I've got a day off today so I'm going to see if I can get into the exhibition at the Guildhall. To say that Leicester is chuffed about this is an understatement. We're quite proud of the university...Richard III and his last days are deep in the culture here..we have numerous legends about him, there's a King Richard's Road, a King Richard's Hill....a King Richard III Primary School....there's a huge memorial stone in the nave of the cathedral and plaques, statues etc amongst other things all over the city and surrounding villages...especially Bosworth....
There is a fair amount a bickering about where his bones should finally rest...if York gets him there's be another War of the Roses! Shakespeare has a lot to answer for....I think Leicester should win tho...
as Crispin Black said in The Week
In identifying the lost remains of Richard III, scientists at Leicester University have achieved an astonishing piece of detective work through DNA profiling – all the more gratifying for them as the technique was invented at the university in 1984 by the geneticist Sir Alec Jeffreys.

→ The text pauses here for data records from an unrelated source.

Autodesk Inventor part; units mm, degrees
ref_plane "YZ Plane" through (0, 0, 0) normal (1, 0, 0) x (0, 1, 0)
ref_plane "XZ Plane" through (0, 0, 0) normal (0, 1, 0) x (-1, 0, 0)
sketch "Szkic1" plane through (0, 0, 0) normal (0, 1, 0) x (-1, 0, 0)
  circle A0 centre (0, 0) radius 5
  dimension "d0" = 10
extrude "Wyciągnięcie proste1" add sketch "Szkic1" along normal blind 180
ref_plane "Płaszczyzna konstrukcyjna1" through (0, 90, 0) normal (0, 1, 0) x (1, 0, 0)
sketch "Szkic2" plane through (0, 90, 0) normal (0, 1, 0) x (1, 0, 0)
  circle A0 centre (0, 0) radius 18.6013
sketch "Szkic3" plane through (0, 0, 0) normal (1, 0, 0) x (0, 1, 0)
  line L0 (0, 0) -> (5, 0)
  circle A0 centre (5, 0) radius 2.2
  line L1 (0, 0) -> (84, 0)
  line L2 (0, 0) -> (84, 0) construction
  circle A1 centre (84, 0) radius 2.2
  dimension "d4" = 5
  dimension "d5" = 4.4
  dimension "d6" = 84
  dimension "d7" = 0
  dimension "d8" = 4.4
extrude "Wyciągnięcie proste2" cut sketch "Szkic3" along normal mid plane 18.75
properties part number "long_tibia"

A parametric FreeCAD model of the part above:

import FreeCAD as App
import Part
import Sketcher
from FreeCAD import Vector
Q = App.Units.Quantity

doc = App.newDocument("Part")
params = doc.addObject("Spreadsheet::Sheet", "Params")
for row, (alias, value) in enumerate([
    ("sketch1_diameter", "10 mm"),
    ("pad1_length", "180 mm"),
    ("sketch2_diameter", "4.4 mm"),
    ("pocket1_length", "18.75 mm"),
], start=1):
    params.set(f"A{row}", alias)
    params.set(f"B{row}", "=" + value)
    params.setAlias(f"B{row}", alias)

body = doc.addObject("PartDesign::Body", "Body")

sketch1 = body.newObject("Sketcher::SketchObject", "Sketch")
sketch1.AttachmentSupport = (doc.getObject("XZ_Plane"), [""])
sketch1.MapMode = "FlatFace"
sketch1.addGeometry(Part.Circle(Vector(0, 0, 0), Vector(0, 0, 1), 5), False)
sketch1.addConstraint([
    Sketcher.Constraint("Coincident", 0, 3, -1, 1),
    Sketcher.Constraint("Diameter", 0, Q("10 mm")),
])
sketch1.setExpression("Constraints[1]", "Params.sketch1_diameter")
pad1 = body.newObject("PartDesign::Pad", "Pad")
pad1.Profile = sketch1
pad1.setExpression("Length", "Params.pad1_length")
pad1.Reversed = True

sketch2 = body.newObject("Sketcher::SketchObject", "Sketch001")
sketch2.AttachmentSupport = (doc.getObject("YZ_Plane"), [""])
sketch2.MapMode = "FlatFace"
sketch2.addGeometry([
    Part.Circle(Vector(5, 0, 0), Vector(0, 0, 1), 2.2),
    Part.Circle(Vector(84, 0, 0), Vector(0, 0, 1), 2.2),
], False)
sketch2.addConstraint([
    Sketcher.Constraint("Equal", 0, 1),
    Sketcher.Constraint("PointOnObject", 0, 3, -1),
    Sketcher.Constraint("PointOnObject", 1, 3, -1),
    Sketcher.Constraint("Diameter", 0, Q("4.4 mm")),
    Sketcher.Constraint("DistanceX", -1, 1, 0, 3, Q("5 mm")),
    Sketcher.Constraint("DistanceX", -1, 1, 1, 3, Q("84 mm")),
])
sketch2.setExpression("Constraints[3]", "Params.sketch2_diameter")
pocket1 = body.newObject("PartDesign::Pocket", "Pocket")
pocket1.Profile = sketch2
pocket1.setExpression("Length", "Params.pocket1_length")
pocket1.Midplane = True

doc.recompute()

Under the terms of the exhumation licence granted by the Ministry of Justice to the university they are responsible for the reburial – in Leicester Cathedral a few hundred yards away. As Richard's body would have received Christian burial by the monks of Greyfriars Church at the time (you can't be buried twice under canon law) his re-interment will be marked by a ceremony of remembrance. The church authorities in Leicester are envisaging something on a major scale as befits a king – there is already a memorial to him in the nave.
Richard III was the last Plantagenet king and the last English king to be killed in battle. Despite Shakespeare's slurs there is little doubt that he was a physically courageous man. The wounds on his skeleton clearly demonstrate that he fought to the bitter end at Bosworth.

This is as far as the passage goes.